Popieram przedmówcę stopniowanie siatki będzie bardzo kiepsko wyglądać siatka taka jest . Mam u siebie zrobione ogrodzenie z klinkieru jakieś 100 mb różnica wysokości jakieś 80 cm. i tu musiałem zrobić stopniowanie żeby zachować poziom i pion a widziałem zrobione ogrodzenie z klinkieru zrobione ze spadkiem i moim zdaniem tragedia

----------


## MAREK&KASIA

A co w przypadku ogrodzenia panelowego z przetłoczeniami drut 55mm 122 cm wys + podmurówka - różnica 50 cm na 50 metrach?
Stopniować czy nie?

----------


## Lilutek

Ja mam spadek około 2 m na długości 65 metrów, przy czym pierwsze 10 m leci w miare poziomo, potem się zaczyna równia pochyła. Jest to tył działki - jakieś 15 m od tarasu, tez planujemy zwykłą siatkę na słupkach na podmurówce.
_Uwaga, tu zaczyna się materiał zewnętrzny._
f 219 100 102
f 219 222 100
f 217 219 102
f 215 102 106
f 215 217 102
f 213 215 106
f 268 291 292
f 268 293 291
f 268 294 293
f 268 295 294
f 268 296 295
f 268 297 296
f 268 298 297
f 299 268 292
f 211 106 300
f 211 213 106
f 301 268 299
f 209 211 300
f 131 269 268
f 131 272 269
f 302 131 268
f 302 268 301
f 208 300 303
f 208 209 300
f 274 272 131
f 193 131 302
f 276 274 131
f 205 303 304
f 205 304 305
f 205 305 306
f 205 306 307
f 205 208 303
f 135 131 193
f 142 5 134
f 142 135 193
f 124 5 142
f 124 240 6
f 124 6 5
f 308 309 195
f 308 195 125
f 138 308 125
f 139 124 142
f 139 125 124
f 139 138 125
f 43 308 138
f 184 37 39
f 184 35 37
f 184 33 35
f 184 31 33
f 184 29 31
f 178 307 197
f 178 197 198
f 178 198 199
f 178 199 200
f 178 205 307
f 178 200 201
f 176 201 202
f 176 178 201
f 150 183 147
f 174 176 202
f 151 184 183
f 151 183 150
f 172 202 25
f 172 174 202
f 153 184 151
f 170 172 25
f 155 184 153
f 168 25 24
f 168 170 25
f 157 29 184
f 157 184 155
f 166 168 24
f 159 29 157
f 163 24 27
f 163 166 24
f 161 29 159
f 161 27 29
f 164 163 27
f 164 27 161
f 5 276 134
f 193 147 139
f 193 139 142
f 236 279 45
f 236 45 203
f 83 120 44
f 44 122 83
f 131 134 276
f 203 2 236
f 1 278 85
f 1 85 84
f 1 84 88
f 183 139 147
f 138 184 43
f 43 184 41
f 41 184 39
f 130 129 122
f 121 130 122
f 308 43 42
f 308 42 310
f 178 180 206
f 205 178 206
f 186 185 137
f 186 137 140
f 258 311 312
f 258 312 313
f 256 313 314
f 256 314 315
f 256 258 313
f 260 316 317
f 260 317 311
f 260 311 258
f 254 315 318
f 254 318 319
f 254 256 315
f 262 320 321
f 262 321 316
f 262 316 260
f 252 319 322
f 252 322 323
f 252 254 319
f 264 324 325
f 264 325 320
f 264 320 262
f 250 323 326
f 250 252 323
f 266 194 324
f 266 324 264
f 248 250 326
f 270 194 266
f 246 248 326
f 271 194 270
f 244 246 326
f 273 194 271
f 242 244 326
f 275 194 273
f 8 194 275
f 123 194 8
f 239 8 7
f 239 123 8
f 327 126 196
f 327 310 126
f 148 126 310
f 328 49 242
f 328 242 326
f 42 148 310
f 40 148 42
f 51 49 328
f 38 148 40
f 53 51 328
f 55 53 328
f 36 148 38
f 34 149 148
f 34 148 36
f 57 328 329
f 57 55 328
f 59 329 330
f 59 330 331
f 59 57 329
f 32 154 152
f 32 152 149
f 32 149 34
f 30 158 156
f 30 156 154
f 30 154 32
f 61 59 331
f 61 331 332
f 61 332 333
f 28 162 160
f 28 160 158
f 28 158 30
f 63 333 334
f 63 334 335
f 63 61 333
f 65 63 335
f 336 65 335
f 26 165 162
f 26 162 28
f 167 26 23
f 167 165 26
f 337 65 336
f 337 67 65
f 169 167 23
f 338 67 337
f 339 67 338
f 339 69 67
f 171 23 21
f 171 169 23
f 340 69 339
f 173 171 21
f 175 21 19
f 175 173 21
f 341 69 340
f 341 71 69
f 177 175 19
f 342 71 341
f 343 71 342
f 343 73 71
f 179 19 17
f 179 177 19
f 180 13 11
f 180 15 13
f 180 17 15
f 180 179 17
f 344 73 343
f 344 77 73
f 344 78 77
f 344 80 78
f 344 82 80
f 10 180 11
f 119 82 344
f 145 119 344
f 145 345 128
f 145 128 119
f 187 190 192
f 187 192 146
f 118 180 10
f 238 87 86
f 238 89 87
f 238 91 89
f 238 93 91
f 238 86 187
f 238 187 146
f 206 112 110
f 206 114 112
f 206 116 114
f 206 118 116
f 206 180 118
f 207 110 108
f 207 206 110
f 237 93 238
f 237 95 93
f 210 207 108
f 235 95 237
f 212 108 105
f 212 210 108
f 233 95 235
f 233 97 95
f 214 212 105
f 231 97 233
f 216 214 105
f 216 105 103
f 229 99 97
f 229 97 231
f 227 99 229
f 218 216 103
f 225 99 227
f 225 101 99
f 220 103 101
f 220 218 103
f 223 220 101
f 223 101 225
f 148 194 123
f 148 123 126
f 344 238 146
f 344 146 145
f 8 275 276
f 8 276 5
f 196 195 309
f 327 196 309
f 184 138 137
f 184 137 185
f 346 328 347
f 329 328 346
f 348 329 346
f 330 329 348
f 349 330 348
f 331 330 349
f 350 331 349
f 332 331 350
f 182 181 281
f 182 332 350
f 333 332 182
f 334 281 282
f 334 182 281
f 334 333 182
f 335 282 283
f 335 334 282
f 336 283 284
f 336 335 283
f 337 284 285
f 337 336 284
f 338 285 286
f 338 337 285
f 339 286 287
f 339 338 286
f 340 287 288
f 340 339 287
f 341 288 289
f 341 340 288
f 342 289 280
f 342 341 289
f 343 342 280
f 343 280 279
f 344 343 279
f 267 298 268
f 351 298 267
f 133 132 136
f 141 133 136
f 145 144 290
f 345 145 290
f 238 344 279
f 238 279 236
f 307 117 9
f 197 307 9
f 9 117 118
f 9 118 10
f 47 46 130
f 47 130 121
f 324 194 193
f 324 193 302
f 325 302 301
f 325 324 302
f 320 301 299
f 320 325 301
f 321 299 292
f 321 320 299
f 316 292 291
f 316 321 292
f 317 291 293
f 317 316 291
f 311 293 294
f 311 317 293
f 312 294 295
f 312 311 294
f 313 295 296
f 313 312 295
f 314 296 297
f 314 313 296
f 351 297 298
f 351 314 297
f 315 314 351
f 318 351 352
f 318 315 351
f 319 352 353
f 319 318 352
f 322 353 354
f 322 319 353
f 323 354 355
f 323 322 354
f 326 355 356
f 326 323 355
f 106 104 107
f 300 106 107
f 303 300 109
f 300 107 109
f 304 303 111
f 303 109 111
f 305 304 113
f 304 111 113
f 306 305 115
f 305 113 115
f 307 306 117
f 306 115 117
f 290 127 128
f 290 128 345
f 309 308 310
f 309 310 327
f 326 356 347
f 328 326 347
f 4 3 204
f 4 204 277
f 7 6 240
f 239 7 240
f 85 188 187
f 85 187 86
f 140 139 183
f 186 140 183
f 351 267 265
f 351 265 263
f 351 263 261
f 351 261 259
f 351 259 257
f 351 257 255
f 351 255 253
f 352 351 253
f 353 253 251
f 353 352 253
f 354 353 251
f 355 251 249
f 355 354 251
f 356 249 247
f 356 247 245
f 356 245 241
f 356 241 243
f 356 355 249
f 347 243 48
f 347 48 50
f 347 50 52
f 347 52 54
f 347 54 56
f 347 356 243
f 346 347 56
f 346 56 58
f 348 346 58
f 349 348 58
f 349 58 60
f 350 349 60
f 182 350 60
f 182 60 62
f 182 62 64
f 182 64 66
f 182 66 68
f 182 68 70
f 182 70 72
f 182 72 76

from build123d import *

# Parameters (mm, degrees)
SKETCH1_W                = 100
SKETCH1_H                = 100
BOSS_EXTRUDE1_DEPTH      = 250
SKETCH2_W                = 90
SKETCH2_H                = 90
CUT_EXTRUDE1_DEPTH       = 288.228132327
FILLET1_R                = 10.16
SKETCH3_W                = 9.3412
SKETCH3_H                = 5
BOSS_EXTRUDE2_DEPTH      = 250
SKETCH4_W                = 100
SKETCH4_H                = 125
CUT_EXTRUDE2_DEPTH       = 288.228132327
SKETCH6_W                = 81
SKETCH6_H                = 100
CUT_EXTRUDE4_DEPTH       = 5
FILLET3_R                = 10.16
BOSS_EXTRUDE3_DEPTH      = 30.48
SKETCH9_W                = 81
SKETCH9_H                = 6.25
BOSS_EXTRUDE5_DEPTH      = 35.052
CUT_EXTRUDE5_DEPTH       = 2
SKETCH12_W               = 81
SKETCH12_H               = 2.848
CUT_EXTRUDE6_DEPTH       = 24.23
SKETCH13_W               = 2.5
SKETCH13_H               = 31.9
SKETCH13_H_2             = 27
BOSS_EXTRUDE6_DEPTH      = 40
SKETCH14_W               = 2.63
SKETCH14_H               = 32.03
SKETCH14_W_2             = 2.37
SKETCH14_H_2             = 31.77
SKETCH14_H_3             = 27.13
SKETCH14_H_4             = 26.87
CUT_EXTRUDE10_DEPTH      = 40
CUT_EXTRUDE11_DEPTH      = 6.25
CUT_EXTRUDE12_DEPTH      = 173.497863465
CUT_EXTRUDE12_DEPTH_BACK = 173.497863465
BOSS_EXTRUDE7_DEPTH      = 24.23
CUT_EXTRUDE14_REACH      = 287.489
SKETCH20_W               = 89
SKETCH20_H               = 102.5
No i też mam zagwozdkę co zrobić.

----------


## revalidon

Miałem też tak, że jeden narożnik działkim obniżał mi się o 50 cm... Zrobiłem wszystko w jednym poziomie, a potem podmurówke podsypałem z dwóch stron o te 50 cm i jest git... Uskoki podmurówki dobrze nie wygladaja i są upierdliwe do zrobienia, no ale jak duże spadki to nie ma wyjscia...

----------


## Mirek_Lewandowski

> A co w przypadku ogrodzenia panelowego z przetłoczeniami drut 55mm 122 cm wys + podmurówka - różnica 50 cm na 50 metrach?
> Stopniować czy nie?


No czyli ok 2 cm na panelu (jeśli ma ok 2m) 
Podmurówka prosto, a panele każdy o te 2 cm niżej.

----------


## Browar

2 kołki i sznurek.

1 kołek na jeden koniec działki drugi kołek na drugi koniec sznurek rozciągnąć w poziomie i....  trochę wyobraźni   :Wink2:  

Czasem niestety nie da się uniknąć stopniowania 

Browar

----------


## Lilutek

tak, tak, wersja ze sznurkami -  własnie tez doszliśmy samodzielnie   :Wink2:  do takiego wniosku. Miała to byc pierwsza rzecz, z którą ruszymy na wiosnę czyli liczyłam - może marzec, a wiecie że zima ma trzymac do kwietnia   :Wink2:   :Lol:

----------


## revalidon

> a wiecie że zima ma trzymac do kwietnia


A ja myslałem, że do 21 marca...   :sad:

----------


## edde

> Napisał Lilutek
> 
> a wiecie że zima ma trzymac do kwietnia   
> 
> 
> A ja myslałem, że do 21 marca...


a co na to najstarsi górale?   :Lol:

----------


## Mirek_Lewandowski

Nic...
Nie pamiętają.

----------


## Skony71

> A co w przypadku ogrodzenia panelowego z przetłoczeniami drut 55mm 122 cm wys + podmurówka - różnica 50 cm na 50 metrach?
> Stopniować czy nie?


Panele się stopniuje jak najbardziej, ale panele możesz stopniować co 2,5 metra a siatkę raczej na kazdym słupku nie będziesz obcinał i napinał.

----------


## twister718

Jesli ktos sie uprze na stopniowanie to tylko na panelach bo siatka niezbyt dobrze wyglada stopniowana,  wykonywalem zlecenie u roznych klientow i jak zobaczyli jak wyglada stopniowana siatka to chcieli poprawki, a od samego poczatku proponowalismy zeby wlasnie jak koledzy powyzej napisali, przeciagnac zylke od jednego konca do drugiego i wtedy slupki  ustawiac wysokoscia pod zylke ale w pionie, i to bylo najlepsze rozwiazanie i estetycznie wygladalo
pozdrawiam

----------